将成员地址分配给struct中的其他成员

Question

Is the following safe in C?

struct Buffer {
  size_t size;
  int8_t *storage;
};

struct Context {
  struct Buffer buffer;
  int8_t my_storage[10];
};

struct Context my_context = {
  .buffer = {
    .size = 0,
    .storage = my_context.my_storage,
  },
  .my_storage = {0},
};

I am working with a micro controller and I don't want to have to use malloc. Also, to me it looks better to collect everything in the struct rather than have the storage as a separate variable outside the Context.

[edit1] I have tested it and it compiles and works, as in the pointers to my_context.my_storage and my_context.buffer.storage are the same, with gcc (Debian 4.7.2-5) 4.7.2 on Linux ... 3.2.0-4-amd64 #1 SMP Debian 3.2.65-1+deb7u2 x86_64 GNU/Linux

[edit2] In an answer that was later deleted I was referred to C99 standard section 6.7.8-19 "The initialization shall occur in initializer list order..." Would that mean that

struct Context my_context = {
  .my_storage = {0},
  .buffer = {
    .size = 0,
    .storage = my_context.my_storage,
  },
};

Is guaranteed to be safe? I interpret it that way.

[edit3] Below is a full working example.

#include <inttypes.h>
#include <stdio.h>
#include <stdlib.h>

struct Buffer {
  size_t size;
  int8_t *storage;
};

struct Context {
  struct Buffer buffer;
  int8_t my_storage[10];
};

struct Context my_context = {
  .buffer = {
    .size = 0,
    .storage = my_context.my_storage,
  },
  .my_storage = {0},
};

int
main(void)
{
  printf ("ptr points to: %" PRIXPTR "\n", (uintptr_t)my_context.buffer.storage);
  printf ("storage is at: %" PRIXPTR "\n", (uintptr_t)my_context.my_storage);
}

>> ./test
ptr points to: 600950
storage is at: 600950

Answer 1

Yes, this is fine.

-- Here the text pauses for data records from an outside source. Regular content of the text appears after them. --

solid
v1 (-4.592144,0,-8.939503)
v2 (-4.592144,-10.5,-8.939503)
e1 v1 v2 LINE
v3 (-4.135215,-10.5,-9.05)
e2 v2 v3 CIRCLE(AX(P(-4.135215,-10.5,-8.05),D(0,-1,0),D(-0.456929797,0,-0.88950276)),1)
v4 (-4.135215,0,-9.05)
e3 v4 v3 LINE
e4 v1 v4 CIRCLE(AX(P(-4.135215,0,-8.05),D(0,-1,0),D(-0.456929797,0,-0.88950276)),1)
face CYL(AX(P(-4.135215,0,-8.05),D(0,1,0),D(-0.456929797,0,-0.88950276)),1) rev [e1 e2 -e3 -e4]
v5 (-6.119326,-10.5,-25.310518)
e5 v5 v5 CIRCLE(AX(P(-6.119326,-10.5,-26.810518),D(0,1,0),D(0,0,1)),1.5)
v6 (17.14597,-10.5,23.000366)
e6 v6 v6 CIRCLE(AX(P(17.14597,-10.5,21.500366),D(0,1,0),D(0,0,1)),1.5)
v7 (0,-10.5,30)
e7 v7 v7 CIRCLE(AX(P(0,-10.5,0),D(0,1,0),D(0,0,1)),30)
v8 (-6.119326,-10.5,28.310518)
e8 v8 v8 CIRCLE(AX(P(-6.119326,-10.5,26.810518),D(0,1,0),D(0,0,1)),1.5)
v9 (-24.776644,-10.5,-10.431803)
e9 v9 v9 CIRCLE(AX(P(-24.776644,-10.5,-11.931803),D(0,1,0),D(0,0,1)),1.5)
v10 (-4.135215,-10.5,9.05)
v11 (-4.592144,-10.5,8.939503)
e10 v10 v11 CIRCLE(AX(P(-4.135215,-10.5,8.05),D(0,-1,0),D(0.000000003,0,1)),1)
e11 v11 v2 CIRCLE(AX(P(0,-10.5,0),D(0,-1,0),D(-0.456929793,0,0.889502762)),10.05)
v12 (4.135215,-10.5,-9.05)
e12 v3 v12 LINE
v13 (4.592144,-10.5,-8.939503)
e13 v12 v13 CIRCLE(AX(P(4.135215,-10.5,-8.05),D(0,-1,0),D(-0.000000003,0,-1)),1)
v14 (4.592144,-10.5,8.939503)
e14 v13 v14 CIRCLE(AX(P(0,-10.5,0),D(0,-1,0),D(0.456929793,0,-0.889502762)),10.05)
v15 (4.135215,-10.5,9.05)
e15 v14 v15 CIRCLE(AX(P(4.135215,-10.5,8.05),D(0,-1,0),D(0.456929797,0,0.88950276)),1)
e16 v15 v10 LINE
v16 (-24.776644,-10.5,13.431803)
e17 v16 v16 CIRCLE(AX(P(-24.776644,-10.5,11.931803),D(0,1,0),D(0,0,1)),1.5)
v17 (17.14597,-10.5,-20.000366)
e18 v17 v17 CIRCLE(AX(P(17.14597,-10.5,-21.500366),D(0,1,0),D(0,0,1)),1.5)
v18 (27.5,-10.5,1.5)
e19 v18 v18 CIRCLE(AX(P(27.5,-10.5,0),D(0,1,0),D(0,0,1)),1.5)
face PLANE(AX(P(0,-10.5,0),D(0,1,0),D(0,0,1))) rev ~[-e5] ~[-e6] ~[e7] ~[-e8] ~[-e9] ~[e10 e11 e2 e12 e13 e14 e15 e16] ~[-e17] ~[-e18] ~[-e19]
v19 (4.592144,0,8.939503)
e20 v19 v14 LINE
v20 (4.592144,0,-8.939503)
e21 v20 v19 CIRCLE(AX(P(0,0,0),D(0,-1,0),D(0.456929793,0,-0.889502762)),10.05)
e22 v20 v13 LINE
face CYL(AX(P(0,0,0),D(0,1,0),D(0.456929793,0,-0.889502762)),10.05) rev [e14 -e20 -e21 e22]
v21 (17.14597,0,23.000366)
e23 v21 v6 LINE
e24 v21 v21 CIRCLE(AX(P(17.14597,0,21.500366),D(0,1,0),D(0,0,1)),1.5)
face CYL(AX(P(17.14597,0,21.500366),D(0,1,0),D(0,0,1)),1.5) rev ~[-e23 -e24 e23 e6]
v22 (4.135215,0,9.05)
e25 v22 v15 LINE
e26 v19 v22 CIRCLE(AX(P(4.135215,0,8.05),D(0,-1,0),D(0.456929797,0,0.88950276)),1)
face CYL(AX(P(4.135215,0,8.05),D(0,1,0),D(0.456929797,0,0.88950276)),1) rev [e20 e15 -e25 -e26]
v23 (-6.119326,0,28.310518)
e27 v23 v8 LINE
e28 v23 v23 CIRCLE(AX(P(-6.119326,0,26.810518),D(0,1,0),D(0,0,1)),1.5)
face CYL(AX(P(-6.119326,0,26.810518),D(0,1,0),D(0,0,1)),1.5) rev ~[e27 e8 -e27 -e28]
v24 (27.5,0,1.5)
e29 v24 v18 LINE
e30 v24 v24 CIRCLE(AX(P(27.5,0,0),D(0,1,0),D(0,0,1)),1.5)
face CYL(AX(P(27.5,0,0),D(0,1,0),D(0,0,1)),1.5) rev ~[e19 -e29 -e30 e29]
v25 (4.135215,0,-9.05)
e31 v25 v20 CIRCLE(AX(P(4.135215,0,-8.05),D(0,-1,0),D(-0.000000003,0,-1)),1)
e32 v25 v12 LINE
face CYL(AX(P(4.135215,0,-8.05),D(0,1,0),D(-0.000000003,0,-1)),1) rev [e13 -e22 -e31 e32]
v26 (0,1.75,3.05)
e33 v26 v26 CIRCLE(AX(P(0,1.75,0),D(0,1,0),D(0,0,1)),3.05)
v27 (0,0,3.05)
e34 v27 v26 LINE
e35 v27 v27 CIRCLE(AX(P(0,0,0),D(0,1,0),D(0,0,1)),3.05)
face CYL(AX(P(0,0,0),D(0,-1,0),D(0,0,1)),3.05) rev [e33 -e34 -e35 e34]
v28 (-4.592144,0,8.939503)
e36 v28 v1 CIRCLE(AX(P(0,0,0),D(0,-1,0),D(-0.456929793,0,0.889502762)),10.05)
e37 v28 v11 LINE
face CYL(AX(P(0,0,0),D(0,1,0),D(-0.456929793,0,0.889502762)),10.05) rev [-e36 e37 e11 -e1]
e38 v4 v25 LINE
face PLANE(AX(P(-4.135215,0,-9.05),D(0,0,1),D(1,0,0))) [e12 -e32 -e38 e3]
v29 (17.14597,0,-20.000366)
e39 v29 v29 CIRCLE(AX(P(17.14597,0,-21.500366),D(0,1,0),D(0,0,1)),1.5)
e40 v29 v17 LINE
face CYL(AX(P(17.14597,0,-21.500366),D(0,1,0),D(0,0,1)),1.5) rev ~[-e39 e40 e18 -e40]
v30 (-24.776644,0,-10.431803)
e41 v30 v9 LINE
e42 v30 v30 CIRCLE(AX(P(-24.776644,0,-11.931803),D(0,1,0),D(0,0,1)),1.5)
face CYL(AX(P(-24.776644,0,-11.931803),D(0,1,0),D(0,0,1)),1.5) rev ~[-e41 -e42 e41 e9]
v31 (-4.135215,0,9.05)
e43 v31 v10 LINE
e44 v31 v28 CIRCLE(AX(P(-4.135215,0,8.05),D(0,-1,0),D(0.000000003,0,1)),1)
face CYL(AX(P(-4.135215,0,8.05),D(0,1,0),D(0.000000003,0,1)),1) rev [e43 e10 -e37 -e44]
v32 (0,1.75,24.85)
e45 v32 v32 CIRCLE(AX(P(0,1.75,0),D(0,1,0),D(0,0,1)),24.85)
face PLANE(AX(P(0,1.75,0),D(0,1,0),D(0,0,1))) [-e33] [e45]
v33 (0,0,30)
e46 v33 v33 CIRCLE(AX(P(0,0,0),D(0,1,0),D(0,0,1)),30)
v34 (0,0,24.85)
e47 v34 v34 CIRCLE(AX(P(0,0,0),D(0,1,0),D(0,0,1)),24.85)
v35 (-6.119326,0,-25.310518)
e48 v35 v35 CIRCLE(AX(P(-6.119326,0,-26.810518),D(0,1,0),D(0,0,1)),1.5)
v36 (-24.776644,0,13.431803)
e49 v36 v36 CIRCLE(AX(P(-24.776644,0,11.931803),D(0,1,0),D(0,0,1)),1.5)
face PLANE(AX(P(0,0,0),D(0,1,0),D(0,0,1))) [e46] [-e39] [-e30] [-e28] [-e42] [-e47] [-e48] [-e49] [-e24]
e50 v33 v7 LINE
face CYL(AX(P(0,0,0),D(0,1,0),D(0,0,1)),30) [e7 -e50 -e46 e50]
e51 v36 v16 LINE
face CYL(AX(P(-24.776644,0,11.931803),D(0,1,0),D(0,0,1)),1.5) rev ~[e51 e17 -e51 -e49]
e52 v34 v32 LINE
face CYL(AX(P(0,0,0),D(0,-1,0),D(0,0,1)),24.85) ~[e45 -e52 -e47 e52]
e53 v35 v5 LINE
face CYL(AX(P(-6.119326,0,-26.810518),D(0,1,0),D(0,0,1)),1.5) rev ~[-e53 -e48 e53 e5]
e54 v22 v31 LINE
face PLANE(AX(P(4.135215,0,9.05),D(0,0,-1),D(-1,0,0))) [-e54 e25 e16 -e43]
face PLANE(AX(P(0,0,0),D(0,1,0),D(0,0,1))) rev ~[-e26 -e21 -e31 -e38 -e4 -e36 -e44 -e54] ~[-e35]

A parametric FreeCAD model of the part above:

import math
import FreeCAD as App
import Part
import Sketcher

V = App.Vector

doc = App.newDocument("Part")
body = doc.addObject("PartDesign::Body", "Body")

# Sketch on XZ plane
sketch1 = doc.addObject("Sketcher::SketchObject", "Sketch")
body.addObject(sketch1)
sketch1.AttachmentSupport = (doc.XZ_Plane, [""])
sketch1.MapMode = "FlatFace"
sketch1.addGeometry(Part.Circle(V(0, 0, 0), V(0, 0, 1), 24.9), False)
sketch1.addGeometry(Part.Circle(V(0, 0, 0), V(0, 0, 1), 3), False)
sketch1.addConstraint(Sketcher.Constraint("Coincident", 0, 3, -1, 1))
sketch1.addConstraint(Sketcher.Constraint("Coincident", 1, 3, -1, 1))
sketch1.addConstraint(Sketcher.Constraint("Diameter", 0, 49.7))
sketch1.addConstraint(Sketcher.Constraint("Diameter", 1, 6.1))
pad1 = doc.addObject("PartDesign::Pad", "Pad")
body.addObject(pad1)
pad1.Profile = sketch1
pad1.Length = 1.75
pad1.Reversed = True

# Sketch on XZ plane
sketch2 = doc.addObject("Sketcher::SketchObject", "Sketch001")
body.addObject(sketch2)
sketch2.AttachmentSupport = (doc.XZ_Plane, [""])
sketch2.MapMode = "FlatFace"
sketch2.addGeometry(Part.Circle(V(0, 0, 0), V(0, 0, 1), 30), False)
sketch2.addGeometry(Part.ArcOfCircle(Part.Circle(V(-4.14, -8.05, 0), V(0, 0, 1), 1), math.radians(-117), math.radians(-90)), False)
sketch2.addGeometry(Part.LineSegment(V(-4.14, -9.05, 0), V(4.14, -9.05, 0)), False)
sketch2.addGeometry(Part.ArcOfCircle(Part.Circle(V(4.14, -8.05, 0), V(0, 0, 1), 1), math.radians(-90), math.radians(-63)), False)
sketch2.addGeometry(Part.ArcOfCircle(Part.Circle(V(0, 0, 0), V(0, 0, 1), 10.05), math.radians(-63), math.radians(63)), False)
sketch2.addGeometry(Part.ArcOfCircle(Part.Circle(V(4.14, 8.05, 0), V(0, 0, 1), 1), math.radians(63), math.radians(90)), False)
sketch2.addGeometry(Part.LineSegment(V(4.14, 9.05, 0), V(-4.14, 9.05, 0)), False)
sketch2.addGeometry(Part.ArcOfCircle(Part.Circle(V(-4.14, 8.05, 0), V(0, 0, 1), 1), math.radians(90), math.radians(117)), False)
sketch2.addGeometry(Part.ArcOfCircle(Part.Circle(V(0, 0, 0), V(0, 0, 1), 10.05), math.radians(117), math.radians(243)), False)
sketch2.addConstraint(Sketcher.Constraint("Tangent", 1, 2, 2, 1))
sketch2.addConstraint(Sketcher.Constraint("Tangent", 2, 2, 3, 1))
sketch2.addConstraint(Sketcher.Constraint("Tangent", 3, 2, 4, 1))
sketch2.addConstraint(Sketcher.Constraint("Tangent", 4, 2, 5, 1))
sketch2.addConstraint(Sketcher.Constraint("Tangent", 5, 2, 6, 1))
sketch2.addConstraint(Sketcher.Constraint("Tangent", 6, 2, 7, 1))
sketch2.addConstraint(Sketcher.Constraint("Tangent", 7, 2, 8, 1))
sketch2.addConstraint(Sketcher.Constraint("Tangent", 8, 2, 1, 1))
sketch2.addConstraint(Sketcher.Constraint("Horizontal", 2))
sketch2.addConstraint(Sketcher.Constraint("Horizontal", 6))
sketch2.addConstraint(Sketcher.Constraint("Coincident", 0, 3, -1, 1))
sketch2.addConstraint(Sketcher.Constraint("Coincident", 4, 3, -1, 1))
sketch2.addConstraint(Sketcher.Constraint("Coincident", 8, 3, -1, 1))
sketch2.addConstraint(Sketcher.Constraint("Equal", 1, 3))
sketch2.addConstraint(Sketcher.Constraint("Equal", 3, 5))
sketch2.addConstraint(Sketcher.Constraint("Equal", 5, 7))
sketch2.addConstraint(Sketcher.Constraint("Equal", 4, 8))
sketch2.addConstraint(Sketcher.Constraint("Vertical", 3, 3, 5, 3))
sketch2.addConstraint(Sketcher.Constraint("Diameter", 0, 60.0))
sketch2.addConstraint(Sketcher.Constraint("Radius", 1, 1.0))
sketch2.addConstraint(Sketcher.Constraint("Radius", 4, 10.05))
sketch2.addConstraint(Sketcher.Constraint("DistanceY", 3, 3, 5, 3, 16.1))
pad2 = doc.addObject("PartDesign::Pad", "Pad001")
body.addObject(pad2)
pad2.Profile = sketch2
pad2.Length = 10.5

# Sketch on XZ plane
sketch3 = doc.addObject("Sketcher::SketchObject", "Sketch002")
body.addObject(sketch3)
sketch3.AttachmentSupport = (doc.XZ_Plane, [""])
sketch3.MapMode = "FlatFace"
sketch3.addGeometry(Part.Circle(V(27.5, 0, 0), V(0, 0, 1), 1.5), False)
sketch3.addGeometry(Part.Circle(V(17.1, 21.5, 0), V(0, 0, 1), 1.5), False)
sketch3.addGeometry(Part.Circle(V(-6.1, 26.8, 0), V(0, 0, 1), 1.5), False)
sketch3.addGeometry(Part.Circle(V(-24.8, 11.9, 0), V(0, 0, 1), 1.5), False)
sketch3.addGeometry(Part.Circle(V(-24.8, -11.9, 0), V(0, 0, 1), 1.5), False)
sketch3.addGeometry(Part.Circle(V(-6.1, -26.8, 0), V(0, 0, 1), 1.5), False)
sketch3.addGeometry(Part.Circle(V(17.1, -21.5, 0), V(0, 0, 1), 1.5), False)
sketch3.addConstraint(Sketcher.Constraint("Equal", 0, 1))
sketch3.addConstraint(Sketcher.Constraint("Equal", 1, 2))
sketch3.addConstraint(Sketcher.Constraint("Equal", 2, 3))
sketch3.addConstraint(Sketcher.Constraint("Equal", 3, 4))
sketch3.addConstraint(Sketcher.Constraint("Equal", 4, 5))
sketch3.addConstraint(Sketcher.Constraint("Equal", 5, 6))
sketch3.addConstraint(Sketcher.Constraint("Symmetric", 3, 3, 4, 3, -1))
sketch3.addConstraint(Sketcher.Constraint("Symmetric", 2, 3, 5, 3, -1))
sketch3.addConstraint(Sketcher.Constraint("Symmetric", 1, 3, 6, 3, -1))
sketch3.addConstraint(Sketcher.Constraint("PointOnObject", 0, 3, -1))
sketch3.addConstraint(Sketcher.Constraint("Diameter", 0, 3.0))
sketch3.addConstraint(Sketcher.Constraint("DistanceX", -1, 1, 0, 3, 27.5))
sketch3.addConstraint(Sketcher.Constraint("DistanceX", -1, 1, 1, 3, 17.14597))
sketch3.addConstraint(Sketcher.Constraint("DistanceY", 1, 3, 2, 3, 5.310152))
sketch3.addConstraint(Sketcher.Constraint("DistanceX", 3, 3, 2, 3, 18.657318))
sketch3.addConstraint(Sketcher.Constraint("DistanceY", 4, 3, 2, 3, 38.74232))
sketch3.addConstraint(Sketcher.Constraint("DistanceY", 6, 3, 1, 3, 43.000732))
sketch3.addConstraint(Sketcher.Constraint("DistanceX", 2, 3, -1, 1, 6.119326))
pocket1 = doc.addObject("PartDesign::Pocket", "Pocket")
body.addObject(pocket1)
pocket1.Profile = sketch3
pocket1.Type = "ThroughAll"
pocket1.Reversed = True

doc.recompute()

Assuming my_context has automatic storage duration, its lifetime begins on entry to the associated block, and during its lifetime it has a constant address ( 6.2.4 Storage durations of objects /2). (If it has static or thread storage duration instead, then its lifetime extends for the duration of the entire program or thread respectively).

It follows that my_context.my_storage also has a constant address over the lifetime of my_context , so taking its address (via array-to-pointer decay) for the initialization of my_context.buffer.storage will give the same value as it would after the initialization of my_context is complete.

Also note that the scope of my_context begins at the point its declaration is complete, which is just prior to the = of the initializer, so referring to it within its initializer is also fine.

Answer 2

This doesn't really have anything to do with designated initializers and the order of initialization. What you are actually asking is if something like this is well-defined:

typedef struct
{
  int* ptr;
  int  val; 
} struct_t;

struct_t s = {&s.val, 0};

And yes, I don't see why it shouldn't be. The compiler has to allocate s at an address in memory before attempting to initialize it. The order in which the struct members is allocated or initialized shouldn't matter.

---

However , writing initialization lists where one value of a struct depends on another value of the same struct is not safe! C11 6.7.9/23 says:

The evaluations of the initialization list expressions are indeterminately sequenced with respect to one another and thus the order in which any side effects occur is unspecified.

Assignment of a value to a variable is a "side effect". So code like this is unsafe:

typedef struct
{
  int  val1; 
  int  val2;
} struct_t;

struct_t s = {0, s.val1};

Because the compiler may evaluate the two expressions of the initializer list like this:

• s.val1 -> evaluate to the contents of val1 (garbage, it has not been initialized)
• 0 -> evaluate to 0
• write evaluated value (0) to val1, guaranteed to happen before:
• write evaluated value (garbage) to val2

So even though the initialization order is guaranteed, the order of evaluation of the initialization list is not. Though of course the compiler may have decided to evaluate the 0 expression first and then everything would have worked fine.

The bottom line is, don't write obscure initialization lists.